Sorry to hear about your ticket. I would take the class and keep the points off my record. You never know when it may benefit you in the future. Off topic, next time get your money's worth, anything short of 125 (even though they may haul ur a$$ in) isn't worth it. 19 over isn't really even fun! Just kidding.....


----------



## Michael47 (May 9, 2014)

Don't do that 125 and get caught in Virginia. 19 over vs 20 over here makes the difference between speeding and reckless driving, the latter of which is a felony and will get you into some serious fines as well as a vacation in the slammer.


----------



## Wannabe32 (Jul 2, 2014)

I've seen old ladies drive faster than that on the FL turnpike. Guess you forgot your horse shoe keychain. I think German cars are at a disadvantage when it comes to cops, as are men and other groups of taxpayers.
Still have the runflats and they really are smoother at 90 than 80 but I don't think that would go over with the cop or judge. Was your speedometer at 92 thanks to German engineering?
Sorry for your ticket- hopefully your insurance doesn't increase as a result. Probably a lesson here if I was smart enough to find it.


----------



## Flying Ace (Jan 26, 2015)

$405 hurts, but I just got a red light ticket in Millbrae, CA last week. *$500! No joke. * This is highway robbery. I wrote to the Mayor, city council, and Chamber of Commerce, cc'd local merchants who I frequent and told them so long as the policy is in place, I will NEVER purchase services from Millbrae businesses again.

I'm not saying I'm not guilty, but the punishment isn't proportionate to the violation. It's ****ing robbery in the modern sense.
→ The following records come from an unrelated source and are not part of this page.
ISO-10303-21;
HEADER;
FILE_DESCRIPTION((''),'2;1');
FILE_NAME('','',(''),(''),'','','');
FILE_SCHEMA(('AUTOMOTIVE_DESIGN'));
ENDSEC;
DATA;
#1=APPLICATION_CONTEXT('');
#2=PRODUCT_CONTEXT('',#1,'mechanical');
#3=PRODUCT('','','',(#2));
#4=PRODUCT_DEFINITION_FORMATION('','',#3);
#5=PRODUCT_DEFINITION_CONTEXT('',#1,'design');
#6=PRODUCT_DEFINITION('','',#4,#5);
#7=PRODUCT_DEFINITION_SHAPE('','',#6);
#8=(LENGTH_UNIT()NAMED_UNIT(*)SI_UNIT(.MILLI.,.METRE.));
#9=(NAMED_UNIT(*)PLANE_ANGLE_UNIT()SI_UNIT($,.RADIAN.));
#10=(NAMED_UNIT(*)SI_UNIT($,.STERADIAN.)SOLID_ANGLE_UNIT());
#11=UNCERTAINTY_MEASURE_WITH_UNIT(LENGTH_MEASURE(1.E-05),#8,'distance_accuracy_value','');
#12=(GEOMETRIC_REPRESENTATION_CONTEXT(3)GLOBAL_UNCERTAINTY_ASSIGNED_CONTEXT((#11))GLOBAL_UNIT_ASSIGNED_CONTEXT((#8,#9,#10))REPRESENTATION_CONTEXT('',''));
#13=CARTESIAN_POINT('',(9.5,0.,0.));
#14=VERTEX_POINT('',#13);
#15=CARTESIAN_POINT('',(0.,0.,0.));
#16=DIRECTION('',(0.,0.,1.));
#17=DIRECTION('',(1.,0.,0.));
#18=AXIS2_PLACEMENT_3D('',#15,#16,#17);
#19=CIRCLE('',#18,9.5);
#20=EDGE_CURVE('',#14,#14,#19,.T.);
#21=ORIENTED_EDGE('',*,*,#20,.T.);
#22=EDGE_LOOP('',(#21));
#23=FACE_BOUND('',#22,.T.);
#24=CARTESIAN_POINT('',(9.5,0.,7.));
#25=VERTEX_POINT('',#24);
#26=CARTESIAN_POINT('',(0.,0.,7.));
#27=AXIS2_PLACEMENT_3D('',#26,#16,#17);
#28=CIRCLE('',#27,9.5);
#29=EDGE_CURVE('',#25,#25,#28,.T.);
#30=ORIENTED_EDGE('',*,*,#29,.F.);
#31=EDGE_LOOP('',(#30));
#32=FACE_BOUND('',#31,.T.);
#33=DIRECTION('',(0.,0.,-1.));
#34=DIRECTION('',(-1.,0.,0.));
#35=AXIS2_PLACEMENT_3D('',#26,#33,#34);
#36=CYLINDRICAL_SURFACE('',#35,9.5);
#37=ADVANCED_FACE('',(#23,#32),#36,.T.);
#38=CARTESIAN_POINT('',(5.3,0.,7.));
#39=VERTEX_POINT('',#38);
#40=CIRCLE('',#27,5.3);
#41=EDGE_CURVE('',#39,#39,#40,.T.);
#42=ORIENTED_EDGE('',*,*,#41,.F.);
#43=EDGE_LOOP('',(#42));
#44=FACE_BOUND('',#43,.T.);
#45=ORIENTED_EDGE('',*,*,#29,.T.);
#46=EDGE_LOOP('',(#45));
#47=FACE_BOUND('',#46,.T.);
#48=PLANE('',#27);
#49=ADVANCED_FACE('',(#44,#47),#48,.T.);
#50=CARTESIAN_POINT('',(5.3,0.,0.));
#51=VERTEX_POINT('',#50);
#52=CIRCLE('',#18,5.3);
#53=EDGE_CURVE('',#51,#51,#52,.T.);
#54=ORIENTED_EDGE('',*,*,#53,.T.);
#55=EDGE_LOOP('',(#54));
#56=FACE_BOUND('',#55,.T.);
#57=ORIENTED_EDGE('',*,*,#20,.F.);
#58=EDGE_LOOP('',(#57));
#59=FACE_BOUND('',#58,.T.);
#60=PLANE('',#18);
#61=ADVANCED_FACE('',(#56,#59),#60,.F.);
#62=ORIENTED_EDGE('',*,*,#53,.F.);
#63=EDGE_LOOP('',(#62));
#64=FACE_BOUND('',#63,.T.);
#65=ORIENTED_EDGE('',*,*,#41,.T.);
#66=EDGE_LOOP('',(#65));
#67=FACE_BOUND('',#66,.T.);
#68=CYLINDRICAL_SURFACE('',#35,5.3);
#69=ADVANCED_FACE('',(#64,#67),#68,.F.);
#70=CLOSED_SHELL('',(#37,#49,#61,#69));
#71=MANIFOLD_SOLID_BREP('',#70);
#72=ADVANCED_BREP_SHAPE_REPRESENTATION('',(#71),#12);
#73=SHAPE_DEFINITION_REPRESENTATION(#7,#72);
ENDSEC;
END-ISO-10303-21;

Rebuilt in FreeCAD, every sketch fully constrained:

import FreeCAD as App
import Part
import Sketcher
from FreeCAD import Vector

doc = App.newDocument("Part")
body = doc.addObject("PartDesign::Body", "Body")

sketch1 = doc.addObject("Sketcher::SketchObject", "Sketch")
body.addObject(sketch1)
sketch1.AttachmentSupport = (doc.XY_Plane, [""])
sketch1.MapMode = "FlatFace"
sketch1.addGeometry([
    Part.Circle(Vector(0, 0, 0), Vector(0, 0, 1), 9.5),
    Part.Circle(Vector(0, 0, 0), Vector(0, 0, 1), 5.3),
], False)
sketch1.addConstraint([
    Sketcher.Constraint("Coincident", 0, 3, -1, 1),
    Sketcher.Constraint("Coincident", 1, 3, -1, 1),
    Sketcher.Constraint("Diameter", 0, 19.0),
    Sketcher.Constraint("Diameter", 1, 10.6),
])
pad1 = doc.addObject("PartDesign::Pad", "Pad")
body.addObject(pad1)
pad1.Profile = sketch1
pad1.Length = 7

doc.recompute()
IMO, 89 on the highway puts more people at risk than a red light violation where no pedestrians were crossing and opposite side cars haven't even begun to come off the line.


----------



## EMPTYKIM (Sep 24, 2013)

Flying Ace said:


> $405 hurts, but I just got a red light ticket in Millbrae, CA last week. *$500! No joke. * This is highway robbery. I wrote to the Mayor, city council, and Chamber of Commerce, cc'd local merchants who I frequent and told them so long as the policy is in place, I will NEVER purchase services from Millbrae businesses again.
> 
> I'm not saying I'm not guilty, but the punishment isn't proportionate to the violation. It's ****ing robbery in the modern sense.
> 
> *IMO, 89 on the highway puts more people at risk than a red light violation where no pedestrians were crossing and opposite side cars haven't even begun to come off the line.*


IMO going 19 over with the flow of traffic is safer than running a red light.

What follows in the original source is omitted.